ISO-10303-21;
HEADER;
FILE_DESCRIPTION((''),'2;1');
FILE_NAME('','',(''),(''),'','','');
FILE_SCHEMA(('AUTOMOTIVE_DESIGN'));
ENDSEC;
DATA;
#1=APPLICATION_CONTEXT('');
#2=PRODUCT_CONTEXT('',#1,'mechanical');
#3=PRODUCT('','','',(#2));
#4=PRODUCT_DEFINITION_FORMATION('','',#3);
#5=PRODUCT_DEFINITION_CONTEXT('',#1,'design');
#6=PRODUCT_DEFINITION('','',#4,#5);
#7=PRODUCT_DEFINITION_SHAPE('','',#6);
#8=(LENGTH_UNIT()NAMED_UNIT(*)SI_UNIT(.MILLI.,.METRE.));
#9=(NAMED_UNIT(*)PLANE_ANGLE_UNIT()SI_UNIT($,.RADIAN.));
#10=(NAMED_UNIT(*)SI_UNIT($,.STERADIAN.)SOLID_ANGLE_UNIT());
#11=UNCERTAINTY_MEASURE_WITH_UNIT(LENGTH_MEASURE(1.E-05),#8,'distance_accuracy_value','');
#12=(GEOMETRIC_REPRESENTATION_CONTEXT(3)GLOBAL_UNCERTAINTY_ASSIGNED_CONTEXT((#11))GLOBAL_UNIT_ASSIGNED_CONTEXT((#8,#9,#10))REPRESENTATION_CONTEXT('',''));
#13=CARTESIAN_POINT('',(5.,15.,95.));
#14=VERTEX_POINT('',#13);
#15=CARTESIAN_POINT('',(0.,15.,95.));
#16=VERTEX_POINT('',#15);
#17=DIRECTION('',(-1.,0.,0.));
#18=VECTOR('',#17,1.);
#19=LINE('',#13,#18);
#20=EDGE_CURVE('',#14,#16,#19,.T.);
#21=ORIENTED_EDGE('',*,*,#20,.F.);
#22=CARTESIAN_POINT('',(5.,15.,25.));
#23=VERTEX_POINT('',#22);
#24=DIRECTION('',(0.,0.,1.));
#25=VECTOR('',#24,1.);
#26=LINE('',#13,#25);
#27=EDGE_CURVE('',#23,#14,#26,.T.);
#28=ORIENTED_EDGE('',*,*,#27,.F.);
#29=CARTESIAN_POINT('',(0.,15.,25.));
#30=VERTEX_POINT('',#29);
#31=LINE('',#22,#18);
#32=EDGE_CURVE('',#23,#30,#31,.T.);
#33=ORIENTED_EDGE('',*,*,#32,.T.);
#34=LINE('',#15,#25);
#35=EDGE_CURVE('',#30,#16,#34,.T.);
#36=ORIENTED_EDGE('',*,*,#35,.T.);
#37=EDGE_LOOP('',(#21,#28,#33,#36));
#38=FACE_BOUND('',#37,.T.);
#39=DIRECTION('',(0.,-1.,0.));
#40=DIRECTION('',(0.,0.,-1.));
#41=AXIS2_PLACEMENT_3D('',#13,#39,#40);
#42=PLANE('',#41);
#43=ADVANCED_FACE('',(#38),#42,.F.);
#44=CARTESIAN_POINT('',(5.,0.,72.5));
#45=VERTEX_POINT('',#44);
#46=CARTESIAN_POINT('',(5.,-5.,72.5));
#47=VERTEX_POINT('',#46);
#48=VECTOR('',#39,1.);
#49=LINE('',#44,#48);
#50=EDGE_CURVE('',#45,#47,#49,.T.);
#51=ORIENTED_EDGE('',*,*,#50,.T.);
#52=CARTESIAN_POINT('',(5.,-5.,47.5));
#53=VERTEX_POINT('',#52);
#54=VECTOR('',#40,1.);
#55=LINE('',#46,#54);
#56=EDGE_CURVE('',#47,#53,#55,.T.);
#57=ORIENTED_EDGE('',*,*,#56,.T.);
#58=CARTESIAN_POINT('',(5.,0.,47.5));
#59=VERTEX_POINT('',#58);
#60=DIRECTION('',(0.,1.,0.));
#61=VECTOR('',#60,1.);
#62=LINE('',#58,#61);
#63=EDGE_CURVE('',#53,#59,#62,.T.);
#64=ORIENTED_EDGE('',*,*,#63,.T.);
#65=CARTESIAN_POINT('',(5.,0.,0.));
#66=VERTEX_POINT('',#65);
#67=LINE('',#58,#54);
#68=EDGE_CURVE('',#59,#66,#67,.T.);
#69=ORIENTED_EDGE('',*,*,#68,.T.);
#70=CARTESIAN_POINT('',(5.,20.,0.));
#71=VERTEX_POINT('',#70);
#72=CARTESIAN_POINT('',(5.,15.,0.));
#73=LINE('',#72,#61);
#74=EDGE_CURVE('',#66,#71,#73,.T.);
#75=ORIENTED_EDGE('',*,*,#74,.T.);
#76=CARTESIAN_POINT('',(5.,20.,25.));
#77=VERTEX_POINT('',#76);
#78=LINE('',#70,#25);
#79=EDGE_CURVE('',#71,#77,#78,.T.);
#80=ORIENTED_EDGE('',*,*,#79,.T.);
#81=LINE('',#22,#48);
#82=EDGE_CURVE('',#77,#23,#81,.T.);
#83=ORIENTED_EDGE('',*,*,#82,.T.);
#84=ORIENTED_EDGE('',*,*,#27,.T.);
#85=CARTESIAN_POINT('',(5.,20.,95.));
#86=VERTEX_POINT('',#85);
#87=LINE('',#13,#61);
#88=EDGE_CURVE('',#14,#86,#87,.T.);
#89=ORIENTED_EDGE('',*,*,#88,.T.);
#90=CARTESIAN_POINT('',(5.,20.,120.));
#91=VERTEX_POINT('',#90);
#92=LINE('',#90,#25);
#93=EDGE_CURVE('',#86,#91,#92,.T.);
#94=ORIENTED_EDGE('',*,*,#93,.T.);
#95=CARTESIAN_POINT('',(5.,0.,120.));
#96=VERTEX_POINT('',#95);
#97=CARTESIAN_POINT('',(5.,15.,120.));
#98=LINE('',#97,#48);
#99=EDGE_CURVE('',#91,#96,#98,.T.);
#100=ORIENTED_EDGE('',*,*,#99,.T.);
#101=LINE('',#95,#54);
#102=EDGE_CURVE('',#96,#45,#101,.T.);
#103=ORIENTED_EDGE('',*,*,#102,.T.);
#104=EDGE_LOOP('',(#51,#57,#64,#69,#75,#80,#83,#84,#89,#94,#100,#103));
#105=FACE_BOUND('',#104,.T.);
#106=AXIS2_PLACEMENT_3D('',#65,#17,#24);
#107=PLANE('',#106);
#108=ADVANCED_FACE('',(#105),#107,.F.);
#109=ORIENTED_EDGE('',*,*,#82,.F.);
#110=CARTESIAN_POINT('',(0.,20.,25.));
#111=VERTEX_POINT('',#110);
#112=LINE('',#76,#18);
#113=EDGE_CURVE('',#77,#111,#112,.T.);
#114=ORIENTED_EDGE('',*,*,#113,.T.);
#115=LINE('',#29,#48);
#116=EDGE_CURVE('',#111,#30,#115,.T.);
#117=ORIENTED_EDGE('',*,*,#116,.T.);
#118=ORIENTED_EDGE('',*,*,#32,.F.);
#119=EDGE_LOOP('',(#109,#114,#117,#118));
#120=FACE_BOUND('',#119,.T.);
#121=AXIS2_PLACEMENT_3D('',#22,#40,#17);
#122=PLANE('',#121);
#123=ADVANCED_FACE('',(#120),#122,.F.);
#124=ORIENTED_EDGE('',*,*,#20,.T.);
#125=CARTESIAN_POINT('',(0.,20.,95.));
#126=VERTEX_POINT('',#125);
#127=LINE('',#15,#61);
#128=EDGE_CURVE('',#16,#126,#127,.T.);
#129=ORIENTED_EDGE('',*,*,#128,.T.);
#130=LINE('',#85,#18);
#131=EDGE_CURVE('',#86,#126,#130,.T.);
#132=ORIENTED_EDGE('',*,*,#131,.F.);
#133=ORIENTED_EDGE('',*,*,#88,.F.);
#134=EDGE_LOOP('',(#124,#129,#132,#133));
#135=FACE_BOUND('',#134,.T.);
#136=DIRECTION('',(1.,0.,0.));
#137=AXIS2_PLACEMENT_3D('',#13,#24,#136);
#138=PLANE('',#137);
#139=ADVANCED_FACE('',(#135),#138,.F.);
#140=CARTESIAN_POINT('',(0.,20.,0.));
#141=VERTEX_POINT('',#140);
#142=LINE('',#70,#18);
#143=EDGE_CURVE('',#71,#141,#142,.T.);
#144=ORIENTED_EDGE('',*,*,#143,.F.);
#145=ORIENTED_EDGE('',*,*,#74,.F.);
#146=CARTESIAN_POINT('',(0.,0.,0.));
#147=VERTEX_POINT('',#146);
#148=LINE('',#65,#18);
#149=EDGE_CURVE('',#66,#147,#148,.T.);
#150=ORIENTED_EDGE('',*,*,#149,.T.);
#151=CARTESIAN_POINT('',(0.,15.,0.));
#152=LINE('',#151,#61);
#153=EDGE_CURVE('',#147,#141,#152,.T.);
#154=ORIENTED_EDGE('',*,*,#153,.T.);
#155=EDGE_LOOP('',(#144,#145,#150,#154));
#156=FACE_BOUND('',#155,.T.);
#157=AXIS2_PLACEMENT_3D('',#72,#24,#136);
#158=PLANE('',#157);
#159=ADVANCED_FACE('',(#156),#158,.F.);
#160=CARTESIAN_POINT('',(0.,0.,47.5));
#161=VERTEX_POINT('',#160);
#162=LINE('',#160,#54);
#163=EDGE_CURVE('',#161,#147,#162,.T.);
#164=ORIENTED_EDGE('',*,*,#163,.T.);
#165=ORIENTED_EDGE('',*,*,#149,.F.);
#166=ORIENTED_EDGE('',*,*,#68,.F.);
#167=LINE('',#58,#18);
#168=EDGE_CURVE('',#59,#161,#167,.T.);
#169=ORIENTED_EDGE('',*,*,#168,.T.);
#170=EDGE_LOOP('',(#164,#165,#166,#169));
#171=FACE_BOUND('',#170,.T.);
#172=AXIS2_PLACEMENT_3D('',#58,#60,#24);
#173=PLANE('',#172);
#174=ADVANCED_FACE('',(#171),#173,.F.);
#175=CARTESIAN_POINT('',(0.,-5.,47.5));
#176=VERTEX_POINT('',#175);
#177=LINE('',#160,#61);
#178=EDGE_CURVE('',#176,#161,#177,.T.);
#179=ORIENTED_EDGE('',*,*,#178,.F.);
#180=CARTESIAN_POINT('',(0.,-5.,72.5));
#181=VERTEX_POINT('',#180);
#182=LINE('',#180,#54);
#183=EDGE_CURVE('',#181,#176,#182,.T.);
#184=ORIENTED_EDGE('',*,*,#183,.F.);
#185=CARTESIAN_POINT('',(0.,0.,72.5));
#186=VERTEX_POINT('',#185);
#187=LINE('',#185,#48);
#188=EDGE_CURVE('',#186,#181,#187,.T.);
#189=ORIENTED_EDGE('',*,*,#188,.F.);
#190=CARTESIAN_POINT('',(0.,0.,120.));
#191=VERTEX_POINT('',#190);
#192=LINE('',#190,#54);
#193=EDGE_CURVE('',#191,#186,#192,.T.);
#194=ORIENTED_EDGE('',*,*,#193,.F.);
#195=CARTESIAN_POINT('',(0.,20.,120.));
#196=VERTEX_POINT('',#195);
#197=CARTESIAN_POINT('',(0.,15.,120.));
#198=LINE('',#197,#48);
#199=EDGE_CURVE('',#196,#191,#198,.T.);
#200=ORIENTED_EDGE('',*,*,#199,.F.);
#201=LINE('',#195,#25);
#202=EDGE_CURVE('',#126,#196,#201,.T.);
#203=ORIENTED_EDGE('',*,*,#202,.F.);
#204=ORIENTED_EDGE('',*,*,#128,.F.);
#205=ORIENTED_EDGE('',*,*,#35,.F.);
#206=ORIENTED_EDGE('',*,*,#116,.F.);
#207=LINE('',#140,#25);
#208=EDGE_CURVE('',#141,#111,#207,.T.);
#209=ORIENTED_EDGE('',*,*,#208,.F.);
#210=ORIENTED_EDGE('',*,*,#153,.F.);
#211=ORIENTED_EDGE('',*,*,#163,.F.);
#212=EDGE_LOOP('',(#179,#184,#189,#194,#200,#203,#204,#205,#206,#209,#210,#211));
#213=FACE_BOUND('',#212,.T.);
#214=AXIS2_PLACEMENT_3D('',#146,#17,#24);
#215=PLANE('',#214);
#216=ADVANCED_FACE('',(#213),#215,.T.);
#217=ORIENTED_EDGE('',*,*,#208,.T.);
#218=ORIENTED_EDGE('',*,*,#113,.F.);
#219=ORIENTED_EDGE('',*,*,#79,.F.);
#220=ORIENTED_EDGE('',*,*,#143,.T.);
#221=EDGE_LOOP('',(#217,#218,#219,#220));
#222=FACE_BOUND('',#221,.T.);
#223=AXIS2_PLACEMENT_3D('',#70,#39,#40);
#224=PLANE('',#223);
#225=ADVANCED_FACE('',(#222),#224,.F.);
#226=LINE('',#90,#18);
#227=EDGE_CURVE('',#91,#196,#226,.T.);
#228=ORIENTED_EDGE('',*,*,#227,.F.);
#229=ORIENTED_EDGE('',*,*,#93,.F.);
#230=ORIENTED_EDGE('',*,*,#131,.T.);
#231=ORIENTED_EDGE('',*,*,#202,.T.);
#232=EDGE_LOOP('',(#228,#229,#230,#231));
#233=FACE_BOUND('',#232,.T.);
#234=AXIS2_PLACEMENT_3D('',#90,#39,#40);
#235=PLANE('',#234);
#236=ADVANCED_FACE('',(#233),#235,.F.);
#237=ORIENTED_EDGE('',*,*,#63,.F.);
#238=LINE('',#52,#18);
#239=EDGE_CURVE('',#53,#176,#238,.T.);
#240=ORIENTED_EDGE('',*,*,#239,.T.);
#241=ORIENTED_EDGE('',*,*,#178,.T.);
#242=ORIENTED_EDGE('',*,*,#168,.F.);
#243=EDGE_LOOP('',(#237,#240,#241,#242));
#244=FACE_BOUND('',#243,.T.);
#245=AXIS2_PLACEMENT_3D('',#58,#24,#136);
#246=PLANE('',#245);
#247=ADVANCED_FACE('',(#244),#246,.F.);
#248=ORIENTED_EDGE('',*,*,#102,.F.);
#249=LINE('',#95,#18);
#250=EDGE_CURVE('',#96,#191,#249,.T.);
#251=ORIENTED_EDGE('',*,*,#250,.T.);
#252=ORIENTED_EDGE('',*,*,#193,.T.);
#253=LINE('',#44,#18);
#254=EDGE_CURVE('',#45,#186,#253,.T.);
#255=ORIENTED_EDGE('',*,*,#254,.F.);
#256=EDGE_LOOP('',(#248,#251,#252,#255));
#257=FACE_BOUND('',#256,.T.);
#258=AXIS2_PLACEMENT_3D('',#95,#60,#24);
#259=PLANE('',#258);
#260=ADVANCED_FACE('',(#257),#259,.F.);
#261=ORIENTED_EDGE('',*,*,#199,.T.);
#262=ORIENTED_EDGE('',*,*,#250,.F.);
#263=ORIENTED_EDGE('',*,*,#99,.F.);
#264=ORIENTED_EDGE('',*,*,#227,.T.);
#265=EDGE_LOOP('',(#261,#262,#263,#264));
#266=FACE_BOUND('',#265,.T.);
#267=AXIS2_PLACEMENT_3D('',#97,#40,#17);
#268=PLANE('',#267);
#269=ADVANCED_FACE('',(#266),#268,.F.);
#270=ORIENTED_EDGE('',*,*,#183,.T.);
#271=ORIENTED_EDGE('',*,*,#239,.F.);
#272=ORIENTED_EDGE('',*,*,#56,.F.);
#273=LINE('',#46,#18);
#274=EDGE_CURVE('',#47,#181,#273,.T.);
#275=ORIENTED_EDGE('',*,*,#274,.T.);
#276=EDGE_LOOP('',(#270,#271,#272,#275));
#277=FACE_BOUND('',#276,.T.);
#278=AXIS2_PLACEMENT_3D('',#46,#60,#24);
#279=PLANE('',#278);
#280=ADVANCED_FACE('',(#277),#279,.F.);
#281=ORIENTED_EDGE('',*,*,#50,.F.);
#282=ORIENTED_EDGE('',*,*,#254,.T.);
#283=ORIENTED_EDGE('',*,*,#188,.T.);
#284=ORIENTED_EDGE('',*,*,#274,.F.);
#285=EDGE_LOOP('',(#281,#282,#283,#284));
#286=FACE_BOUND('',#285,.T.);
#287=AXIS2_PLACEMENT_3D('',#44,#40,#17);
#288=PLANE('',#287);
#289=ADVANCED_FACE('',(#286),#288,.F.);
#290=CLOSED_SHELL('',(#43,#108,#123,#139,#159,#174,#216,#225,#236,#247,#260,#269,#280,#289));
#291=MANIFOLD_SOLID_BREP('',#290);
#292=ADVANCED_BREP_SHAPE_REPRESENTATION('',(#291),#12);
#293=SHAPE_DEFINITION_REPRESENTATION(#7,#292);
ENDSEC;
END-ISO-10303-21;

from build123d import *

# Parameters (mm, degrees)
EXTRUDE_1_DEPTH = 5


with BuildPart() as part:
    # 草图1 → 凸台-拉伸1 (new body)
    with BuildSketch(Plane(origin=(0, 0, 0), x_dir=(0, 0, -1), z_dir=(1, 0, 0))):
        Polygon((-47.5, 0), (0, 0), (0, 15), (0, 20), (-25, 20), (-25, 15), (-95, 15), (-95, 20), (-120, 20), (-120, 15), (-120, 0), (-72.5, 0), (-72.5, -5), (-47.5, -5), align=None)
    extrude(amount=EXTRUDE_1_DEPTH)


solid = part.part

════

WHAT YOU ARE ASKED TO DO
Send back exactly the lines of the listing above starting at the one with "#247=ADVANCED_FACE('',(#244),#246,.F.);" and ending at the one with "#281=ORIENTED_EDGE('',*,*,#50,.F.);", inclusive, and no others.

PROBLEM SOLUTION
#247=ADVANCED_FACE('',(#244),#246,.F.);
#248=ORIENTED_EDGE('',*,*,#102,.F.);
#249=LINE('',#95,#18);
#250=EDGE_CURVE('',#96,#191,#249,.T.);
#251=ORIENTED_EDGE('',*,*,#250,.T.);
#252=ORIENTED_EDGE('',*,*,#193,.T.);
#253=LINE('',#44,#18);
#254=EDGE_CURVE('',#45,#186,#253,.T.);
#255=ORIENTED_EDGE('',*,*,#254,.F.);
#256=EDGE_LOOP('',(#248,#251,#252,#255));
#257=FACE_BOUND('',#256,.T.);
#258=AXIS2_PLACEMENT_3D('',#95,#60,#24);
#259=PLANE('',#258);
#260=ADVANCED_FACE('',(#257),#259,.F.);
#261=ORIENTED_EDGE('',*,*,#199,.T.);
#262=ORIENTED_EDGE('',*,*,#250,.F.);
#263=ORIENTED_EDGE('',*,*,#99,.F.);
#264=ORIENTED_EDGE('',*,*,#227,.T.);
#265=EDGE_LOOP('',(#261,#262,#263,#264));
#266=FACE_BOUND('',#265,.T.);
#267=AXIS2_PLACEMENT_3D('',#97,#40,#17);
#268=PLANE('',#267);
#269=ADVANCED_FACE('',(#266),#268,.F.);
#270=ORIENTED_EDGE('',*,*,#183,.T.);
#271=ORIENTED_EDGE('',*,*,#239,.F.);
#272=ORIENTED_EDGE('',*,*,#56,.F.);
#273=LINE('',#46,#18);
#274=EDGE_CURVE('',#47,#181,#273,.T.);
#275=ORIENTED_EDGE('',*,*,#274,.T.);
#276=EDGE_LOOP('',(#270,#271,#272,#275));
#277=FACE_BOUND('',#276,.T.);
#278=AXIS2_PLACEMENT_3D('',#46,#60,#24);
#279=PLANE('',#278);
#280=ADVANCED_FACE('',(#277),#279,.F.);
#281=ORIENTED_EDGE('',*,*,#50,.F.);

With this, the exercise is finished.